We should blame Israel and the occupation, too, but we also need to go back to our moral failures. We have lost three generations. Our standards of education and our sense of social solidarity has collapsed. Instead, we have a hapless ‘government’ in the West Bank, with no strategy and no idea what it’s doing and an equally hapless and repressive ‘regime’ in Gaza.
As a diaspora philanthropist, how do you seek to influence this for the better? Is it just through the work of your foundation and the example you try to set?
Yes, and also to speak truth to power. We have the privilege of being protected by our presence here in Europe, by our status and reputation, and we should not compromise that.

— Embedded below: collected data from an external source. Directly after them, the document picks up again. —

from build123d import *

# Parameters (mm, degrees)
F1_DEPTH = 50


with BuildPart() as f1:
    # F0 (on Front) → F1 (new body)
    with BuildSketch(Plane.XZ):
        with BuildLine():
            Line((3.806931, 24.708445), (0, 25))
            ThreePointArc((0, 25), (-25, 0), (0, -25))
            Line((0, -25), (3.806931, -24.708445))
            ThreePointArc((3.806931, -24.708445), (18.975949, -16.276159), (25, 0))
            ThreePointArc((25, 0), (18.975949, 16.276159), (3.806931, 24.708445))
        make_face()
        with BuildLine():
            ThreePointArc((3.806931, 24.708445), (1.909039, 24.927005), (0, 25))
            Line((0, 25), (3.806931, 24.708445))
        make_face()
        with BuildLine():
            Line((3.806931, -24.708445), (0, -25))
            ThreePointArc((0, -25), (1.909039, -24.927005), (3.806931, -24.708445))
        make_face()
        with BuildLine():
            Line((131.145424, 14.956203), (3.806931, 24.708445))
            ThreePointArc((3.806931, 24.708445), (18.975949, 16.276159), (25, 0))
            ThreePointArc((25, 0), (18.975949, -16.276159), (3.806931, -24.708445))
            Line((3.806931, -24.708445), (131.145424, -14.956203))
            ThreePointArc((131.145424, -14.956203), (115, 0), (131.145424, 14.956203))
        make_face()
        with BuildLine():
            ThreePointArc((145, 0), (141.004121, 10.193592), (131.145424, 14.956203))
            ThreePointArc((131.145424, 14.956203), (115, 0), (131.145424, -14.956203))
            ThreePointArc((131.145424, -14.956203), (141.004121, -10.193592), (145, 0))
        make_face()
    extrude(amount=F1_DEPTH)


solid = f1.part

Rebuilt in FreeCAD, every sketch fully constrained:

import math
import FreeCAD as App
import Part
import Sketcher

doc = App.newDocument("Part")
body = doc.addObject("PartDesign::Body", "Body")

# Sketch on XZ plane
sketch1 = body.newObject("Sketcher::SketchObject", "Sketch")
sketch1.AttachmentSupport = (doc.getObject("XZ_Plane"), [""])
sketch1.MapMode = "FlatFace"
sketch1.addGeometry([
    Part.ArcOfCircle(Part.Circle(App.Vector(0, 0, 0), App.Vector(0, 0, 1), 25), math.radians(90), math.radians(270)),  # 0
    Part.ArcOfCircle(Part.Circle(App.Vector(0, 0, 0), App.Vector(0, 0, 1), 25), math.radians(-90), math.radians(-81.24)),  # 1
    Part.LineSegment(App.Vector(3.8, -24.7, 0), App.Vector(131.1, -15, 0)),  # 2
    Part.ArcOfCircle(Part.Circle(App.Vector(130, 0, 0), App.Vector(0, 0, 1), 15), math.radians(-86), math.radians(0)),  # 3
    Part.ArcOfCircle(Part.Circle(App.Vector(130, 0, 0), App.Vector(0, 0, 1), 15), math.radians(0), math.radians(86)),  # 4
    Part.LineSegment(App.Vector(131.1, 15, 0), App.Vector(3.8, 24.7, 0)),  # 5
    Part.ArcOfCircle(Part.Circle(App.Vector(0, 0, 0), App.Vector(0, 0, 1), 25), math.radians(81.24), math.radians(90)),  # 6
], False)
sketch1.addConstraint([
    Sketcher.Constraint("Tangent", 0, 2, 1, 1),
    Sketcher.Constraint("Coincident", 1, 2, 2, 1),
    Sketcher.Constraint("Tangent", 2, 2, 3, 1),
    Sketcher.Constraint("Tangent", 3, 2, 4, 1),
    Sketcher.Constraint("Tangent", 4, 2, 5, 1),
    Sketcher.Constraint("Coincident", 5, 2, 6, 1),
    Sketcher.Constraint("Tangent", 6, 2, 0, 1),
    Sketcher.Constraint("Coincident", 0, 3, -1, 1),
    Sketcher.Constraint("Equal", 3, 4),
    Sketcher.Constraint("Equal", 1, 6),
    Sketcher.Constraint("Symmetric", 2, 2, 4, 2, -1),
    Sketcher.Constraint("PointOnObject", 0, 2, -2),
    Sketcher.Constraint("PointOnObject", 3, 2, -1),
    Sketcher.Constraint("PointOnObject", 6, 2, -2),
    Sketcher.Constraint("Radius", 0, 25.0),
    Sketcher.Constraint("Radius", 3, 15.000001),
    Sketcher.Constraint("DistanceX", -1, 1, 3, 3, 129.999999),
    Sketcher.Constraint("Radius", 1, 24.999869),
    Sketcher.Constraint("DistanceX", -1, 1, 1, 2, 3.806931),
])
pad1 = body.newObject("PartDesign::Pad", "Pad")
pad1.Profile = sketch1
pad1.Length = 50

doc.recompute()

You need the individuals and the society that can develop and carry forward the liberation project, for the money of the wealthy to be marshalled effectively. In the end, it’s not the money that is important, it’s the ideas, the leadership and the vision of a project that really matter.
Are you optimistic?
Yes, because I see how all societies have amazing potential. I know that my younger colleagues are of a generation which is full of talent and a hunger to learn. We should continue to struggle against Israel’s occupation and its injustices, but without losing track of all the issues that face us as a society, and how fragile we’ve become.
The resistance against Israel takes a toll on your resources. And the Israelis realize this. They realize when they bomb the hell out of a neighbourhood, that’s not just a few houses that go down, it’s a whole community that’s probably going to be touched for a few generations.
We need to understand the consequences of certain political actions and as a society, better take care of our own citizens.
Would you like to add anything else?
At a reception we held in December to honour my late father, a guy asked me if a story he’d heard about him was true – that Yasser Arafat had once said to him: ‘I want you to be the Palestinian Rothschild’. And my father had humorously replied, ‘I’ll be our Rothschild when we have our own Ben-Gurion!’.
The story is true, and Yasser Arafat liked my dad a lot so he laughed and he was smart enough not to be insulted by the joke. But the point is you need the individuals and the society that can develop and carry forward the liberation project, for the money of the wealthy to be marshalled effectively.
In the end, it’s not the money that is important, it’s the ideas, the leadership and the vision of a project that really matter.